In other words, should the position remain undemocratically chosen as currently is the case.

However, what happened after Dr Gallop gave that democratic undertaking remains a very dark and murky episode in recent WA Labor history, one that no-one within Labor ranks dares speak about.

All we know is that when Labor’s hard-nosed men and women sat down to draw-up their 2001 election platform a few months after the Gallop promise was made, they quietly canned his 2000 democratic undertaking by simply not including it in their campaign platform.

Out of sight meant being out of mind.

Why and who initiated this tricky anti-democratic stance remains a mystery. Did Dr Gallop protest? Was there a vote? Who was present? All this is a dark secret.

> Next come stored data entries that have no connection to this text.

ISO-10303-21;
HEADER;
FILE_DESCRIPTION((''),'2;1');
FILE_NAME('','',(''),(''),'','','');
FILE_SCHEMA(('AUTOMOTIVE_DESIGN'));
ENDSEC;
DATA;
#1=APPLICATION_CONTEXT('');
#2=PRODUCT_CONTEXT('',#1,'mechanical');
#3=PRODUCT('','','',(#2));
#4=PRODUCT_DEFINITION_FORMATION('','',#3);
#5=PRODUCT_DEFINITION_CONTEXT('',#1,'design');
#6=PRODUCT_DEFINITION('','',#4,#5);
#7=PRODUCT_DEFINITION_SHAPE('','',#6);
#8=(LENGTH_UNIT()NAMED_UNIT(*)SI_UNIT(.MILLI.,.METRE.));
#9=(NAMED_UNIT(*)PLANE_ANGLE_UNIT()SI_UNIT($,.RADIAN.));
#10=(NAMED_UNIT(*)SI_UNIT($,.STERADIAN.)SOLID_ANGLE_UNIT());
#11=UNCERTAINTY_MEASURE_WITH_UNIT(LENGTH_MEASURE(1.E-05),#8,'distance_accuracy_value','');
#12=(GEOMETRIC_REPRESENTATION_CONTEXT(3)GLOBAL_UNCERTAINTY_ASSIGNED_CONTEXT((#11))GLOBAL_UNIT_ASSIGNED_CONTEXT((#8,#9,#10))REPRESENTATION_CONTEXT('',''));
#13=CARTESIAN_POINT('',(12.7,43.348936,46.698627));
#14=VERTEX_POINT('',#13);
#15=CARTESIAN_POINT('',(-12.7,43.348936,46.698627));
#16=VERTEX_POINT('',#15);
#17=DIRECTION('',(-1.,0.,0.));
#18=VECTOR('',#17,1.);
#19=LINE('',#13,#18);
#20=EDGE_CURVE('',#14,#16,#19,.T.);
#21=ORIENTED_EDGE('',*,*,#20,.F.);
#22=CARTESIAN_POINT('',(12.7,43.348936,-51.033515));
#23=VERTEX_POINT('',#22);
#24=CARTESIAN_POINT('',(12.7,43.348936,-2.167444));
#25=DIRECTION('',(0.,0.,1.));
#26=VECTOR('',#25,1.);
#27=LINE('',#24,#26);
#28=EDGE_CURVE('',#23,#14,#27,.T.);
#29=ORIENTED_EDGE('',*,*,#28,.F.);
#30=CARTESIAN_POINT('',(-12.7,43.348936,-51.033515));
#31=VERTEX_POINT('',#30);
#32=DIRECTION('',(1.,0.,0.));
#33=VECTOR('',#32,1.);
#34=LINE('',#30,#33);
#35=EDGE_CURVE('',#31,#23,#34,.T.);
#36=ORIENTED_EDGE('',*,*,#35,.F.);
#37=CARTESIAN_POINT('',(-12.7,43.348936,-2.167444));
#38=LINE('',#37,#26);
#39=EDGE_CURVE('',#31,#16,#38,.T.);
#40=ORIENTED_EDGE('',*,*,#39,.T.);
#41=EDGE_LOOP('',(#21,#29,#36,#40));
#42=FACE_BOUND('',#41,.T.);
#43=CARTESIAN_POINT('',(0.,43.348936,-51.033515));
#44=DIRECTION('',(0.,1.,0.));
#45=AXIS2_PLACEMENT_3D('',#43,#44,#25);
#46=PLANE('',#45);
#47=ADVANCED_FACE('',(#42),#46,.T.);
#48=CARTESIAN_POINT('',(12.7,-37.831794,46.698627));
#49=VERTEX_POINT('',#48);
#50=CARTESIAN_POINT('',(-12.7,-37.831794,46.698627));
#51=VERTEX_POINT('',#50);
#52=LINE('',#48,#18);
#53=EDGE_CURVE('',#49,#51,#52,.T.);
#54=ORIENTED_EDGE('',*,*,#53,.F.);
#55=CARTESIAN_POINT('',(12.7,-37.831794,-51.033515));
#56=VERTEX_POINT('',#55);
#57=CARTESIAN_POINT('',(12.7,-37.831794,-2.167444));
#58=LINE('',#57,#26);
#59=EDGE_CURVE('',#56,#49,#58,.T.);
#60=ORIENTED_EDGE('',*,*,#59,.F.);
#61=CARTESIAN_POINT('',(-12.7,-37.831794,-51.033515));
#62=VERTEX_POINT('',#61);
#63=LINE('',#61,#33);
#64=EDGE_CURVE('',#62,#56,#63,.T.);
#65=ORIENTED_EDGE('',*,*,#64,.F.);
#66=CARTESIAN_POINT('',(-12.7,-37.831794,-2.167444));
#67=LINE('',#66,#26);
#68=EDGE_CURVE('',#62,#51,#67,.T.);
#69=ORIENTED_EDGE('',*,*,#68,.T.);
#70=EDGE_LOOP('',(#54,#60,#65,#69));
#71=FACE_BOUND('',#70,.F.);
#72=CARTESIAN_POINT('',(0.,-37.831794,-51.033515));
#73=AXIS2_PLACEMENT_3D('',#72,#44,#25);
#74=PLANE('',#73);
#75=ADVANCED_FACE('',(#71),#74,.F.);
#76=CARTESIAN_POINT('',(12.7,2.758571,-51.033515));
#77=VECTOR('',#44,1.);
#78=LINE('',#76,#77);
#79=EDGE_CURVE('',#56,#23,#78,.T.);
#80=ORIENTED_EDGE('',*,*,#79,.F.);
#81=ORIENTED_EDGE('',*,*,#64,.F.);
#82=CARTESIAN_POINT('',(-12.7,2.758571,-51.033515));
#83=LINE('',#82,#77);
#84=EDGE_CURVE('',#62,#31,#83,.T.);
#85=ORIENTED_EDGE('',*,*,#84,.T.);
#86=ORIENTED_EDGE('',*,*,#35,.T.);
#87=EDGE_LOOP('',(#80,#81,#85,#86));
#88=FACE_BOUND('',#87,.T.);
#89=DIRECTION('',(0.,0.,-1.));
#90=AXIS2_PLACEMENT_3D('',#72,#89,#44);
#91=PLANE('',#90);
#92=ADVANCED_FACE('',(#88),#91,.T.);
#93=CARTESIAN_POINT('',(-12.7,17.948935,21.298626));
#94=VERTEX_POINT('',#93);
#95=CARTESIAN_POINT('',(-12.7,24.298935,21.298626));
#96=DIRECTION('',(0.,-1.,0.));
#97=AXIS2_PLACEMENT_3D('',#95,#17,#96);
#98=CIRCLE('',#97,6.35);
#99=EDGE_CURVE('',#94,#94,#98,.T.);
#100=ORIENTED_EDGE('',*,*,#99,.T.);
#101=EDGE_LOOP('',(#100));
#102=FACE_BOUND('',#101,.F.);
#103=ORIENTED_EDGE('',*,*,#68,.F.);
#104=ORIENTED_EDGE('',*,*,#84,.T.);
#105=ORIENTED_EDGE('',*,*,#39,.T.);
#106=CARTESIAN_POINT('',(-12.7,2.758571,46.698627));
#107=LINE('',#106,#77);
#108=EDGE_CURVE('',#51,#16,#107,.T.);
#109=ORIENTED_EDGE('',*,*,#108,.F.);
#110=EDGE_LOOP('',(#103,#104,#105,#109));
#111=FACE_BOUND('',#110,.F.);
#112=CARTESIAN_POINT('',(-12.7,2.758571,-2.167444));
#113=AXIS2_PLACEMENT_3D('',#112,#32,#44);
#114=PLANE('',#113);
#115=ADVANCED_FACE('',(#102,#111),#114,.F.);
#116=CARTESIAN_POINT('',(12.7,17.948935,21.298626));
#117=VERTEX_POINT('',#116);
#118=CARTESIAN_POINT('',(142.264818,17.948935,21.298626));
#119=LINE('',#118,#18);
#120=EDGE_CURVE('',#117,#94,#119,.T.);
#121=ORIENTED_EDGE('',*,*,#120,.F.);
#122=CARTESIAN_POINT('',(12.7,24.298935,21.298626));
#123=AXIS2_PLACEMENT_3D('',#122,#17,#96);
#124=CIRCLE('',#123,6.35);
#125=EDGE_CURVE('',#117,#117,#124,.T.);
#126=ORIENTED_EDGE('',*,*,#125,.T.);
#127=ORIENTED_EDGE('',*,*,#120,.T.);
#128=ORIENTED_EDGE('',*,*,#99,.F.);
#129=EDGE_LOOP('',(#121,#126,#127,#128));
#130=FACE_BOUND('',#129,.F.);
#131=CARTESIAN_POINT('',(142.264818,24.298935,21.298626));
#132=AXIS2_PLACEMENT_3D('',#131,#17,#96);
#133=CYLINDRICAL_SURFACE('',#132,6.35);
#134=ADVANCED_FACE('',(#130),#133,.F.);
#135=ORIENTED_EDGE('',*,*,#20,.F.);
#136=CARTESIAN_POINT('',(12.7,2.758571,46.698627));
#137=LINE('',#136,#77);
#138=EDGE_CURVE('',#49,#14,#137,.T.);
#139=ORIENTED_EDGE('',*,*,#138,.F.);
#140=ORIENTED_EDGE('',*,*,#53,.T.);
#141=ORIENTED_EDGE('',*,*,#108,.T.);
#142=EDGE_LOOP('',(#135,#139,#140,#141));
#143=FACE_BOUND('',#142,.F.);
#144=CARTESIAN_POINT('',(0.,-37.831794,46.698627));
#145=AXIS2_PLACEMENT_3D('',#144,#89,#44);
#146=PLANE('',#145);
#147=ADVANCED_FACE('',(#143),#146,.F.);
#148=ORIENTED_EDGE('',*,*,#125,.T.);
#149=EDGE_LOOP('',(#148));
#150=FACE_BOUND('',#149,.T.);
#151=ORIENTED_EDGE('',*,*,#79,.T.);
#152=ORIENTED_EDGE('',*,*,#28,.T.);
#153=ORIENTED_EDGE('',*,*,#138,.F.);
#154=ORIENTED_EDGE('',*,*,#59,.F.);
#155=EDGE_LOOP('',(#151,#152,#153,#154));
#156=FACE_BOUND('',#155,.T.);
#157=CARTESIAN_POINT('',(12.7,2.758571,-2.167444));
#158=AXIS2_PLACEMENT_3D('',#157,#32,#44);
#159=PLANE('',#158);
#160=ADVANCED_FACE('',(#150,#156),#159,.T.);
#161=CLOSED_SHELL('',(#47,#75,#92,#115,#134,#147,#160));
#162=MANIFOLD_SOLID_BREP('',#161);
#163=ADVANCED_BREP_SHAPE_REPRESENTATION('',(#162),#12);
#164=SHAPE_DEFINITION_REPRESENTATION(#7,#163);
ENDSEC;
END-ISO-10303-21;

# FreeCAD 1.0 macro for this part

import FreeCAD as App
import Part
import Sketcher
from FreeCAD import Vector
Q = App.Units.Quantity

doc = App.newDocument("Part")
body = doc.addObject("PartDesign::Body", "Body")

# Sketch on YZ plane
sketch1 = body.newObject("Sketcher::SketchObject", "Sketch")
sketch1.AttachmentSupport = (doc.getObject("YZ_Plane"), [""])
sketch1.MapMode = "FlatFace"
sketch1.addGeometry([
    Part.LineSegment(Vector(-38, 47, 0), Vector(-38, -51, 0)),
    Part.LineSegment(Vector(-38, -51, 0), Vector(43, -51, 0)),
    Part.LineSegment(Vector(43, -51, 0), Vector(43, 47, 0)),
    Part.LineSegment(Vector(43, 47, 0), Vector(-38, 47, 0)),
], False)
sketch1.addConstraint([
    Sketcher.Constraint("Coincident", 0, 2, 1, 1),
    Sketcher.Constraint("Coincident", 1, 2, 2, 1),
    Sketcher.Constraint("Coincident", 2, 2, 3, 1),
    Sketcher.Constraint("Coincident", 3, 2, 0, 1),
    Sketcher.Constraint("Vertical", 0),
    Sketcher.Constraint("Horizontal", 1),
    Sketcher.Constraint("Vertical", 2),
    Sketcher.Constraint("Horizontal", 3),
    Sketcher.Constraint("DistanceX", 1, 1, 1, 2, 81.180729),
    Sketcher.Constraint("DistanceY", 0, 2, 0, 1, 97.732141),
    Sketcher.Constraint("DistanceX", 0, 2, -1, 1, 37.831794),
    Sketcher.Constraint("DistanceY", 0, 2, -1, 1, 51.033515),
])
pad1 = body.newObject("PartDesign::Pad", "Pad")
pad1.Profile = sketch1
pad1.Length = Q("1 in")
pad1.Midplane = True

# Sketch on YZ plane
sketch2 = body.newObject("Sketcher::SketchObject", "Sketch001")
sketch2.AttachmentSupport = (doc.getObject("YZ_Plane"), [""])
sketch2.MapMode = "FlatFace"
sketch2.AttachmentOffset = App.Placement(Vector(0, 0, 0.5 * 25.4), App.Rotation())
sketch2.addGeometry(Part.Circle(Vector(24, 21, 0), Vector(0, 0, 1), 6), False)
sketch2.addConstraint([
    Sketcher.Constraint("Diameter", 0, Q("0.5 in")),
    Sketcher.Constraint("DistanceX", -1, 1, 0, 3, 24.298935),
    Sketcher.Constraint("DistanceY", -1, 1, 0, 3, 21.298626),
])
doc.recompute()
hole = body.newObject("PartDesign::Hole", "Hole")
hole.Profile = sketch2
hole.ThreadType = "None"
hole.Diameter = Q("0.5 in")
hole.DepthType = "ThroughAll"

doc.recompute()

But this secret never remained entirely in the dark crevasses of Labor’s past because upper house One Nation MP, Frank Hough, asked when Labor would be honouring the Gallop promise.

Labor’s Kim Chance answered by saying the Gallop democratic plan was in fact only the “flagging” of an idea.

In other words, a promise was cynically downgraded – a tricky move if ever there was one.

It is now well over six years since that promise was made and dishonoured, and there’s no sign of it ever being honoured.

In fact, Labor’s power brokers hoped everyone had forgotten Dr Gallop ever gave that democratic undertaking.

They sat tight, fingers crossed, hoping no-one remembered.

But in a very real sense, Dr Michael has done precisely that by daring to say WA’s governorship “might be an elected position one day”.

Premier Alan Carpenter could easily honour the 2000 Gallop promise to give Western Australians a vote on whether they want democratically elected governors, rather than retain undemocratically selected ones.

All he needs do is hold a referendum on the day of the 2009 state election, thereby belatedly honouring the Gallop promise that Labor has tried to hide.

The elegance of such a move – especially if Western Australians opted for the democratic path, as State Scene believes they would – is that whenever the governorship needed to be filled, the premier of the day would simply advise Buckingham Palace that the people had chosen someone by ballot.

Under the system State Scene recommends, premiers would be under enormous pressure to nominate someone who was likely to attract overwhelming electoral support – 90-plus per cent – so it would be most unlikely party hacks would be nominated.

In other words, nothing would change in the nomination phase.

Where the change would come is the all-important confirmatory phase with the people voting to back or oppose premier-nominated individuals.

This, as well as being a democratic reform, would ensure the position of governor wouldn’t become party politicised, since premiers would feel compelled to nominate persons who could gain overwhelming support – individuals of standing, achievement and one’s commanding broad respect.

Another outcome of this democratic process is that, in say 30 or 40 years’ time, if the republican debate to which Dr Michael alluded was resolved in the direction of transforming WA into a republic, all that would be needed is to cease seeking Buckingham Palace’s concurrence for the nominated and electorally confirmed governors.

All future WA governments would need to do is call a referendum asking voters if they backed the idea of WA becoming a republic.

If a majority of Western Australians voted yes, then all that would be needed is for premiers to cease contacting Buckingham Palace for a monarch’s concurrence for the person who had been confirmed as governor by WA’s electors.

It’s as simple as that.

Much fuss and bother was experienced during the 1990s over finding what was called a minimalist approach to transforming Australia into a republic.

State Scene cannot think of anything more minimalist than no longer having to write to Buckingham Palace to advise monarchs that 80 or 90, or more, per cent of citizens had confirmed a particular person to be governor, following a premier nominating the candidate.

We’d simply cease requesting Buckingham Palace’s concurrence and move on to becoming the Western Australian Democratic Republic.

You can’t get simpler than that.

State Scene certainly appreciates Dr Michael highlighting the democratising option for the vice-regal post, something that was hidden from voters by Labor at the 2001 election.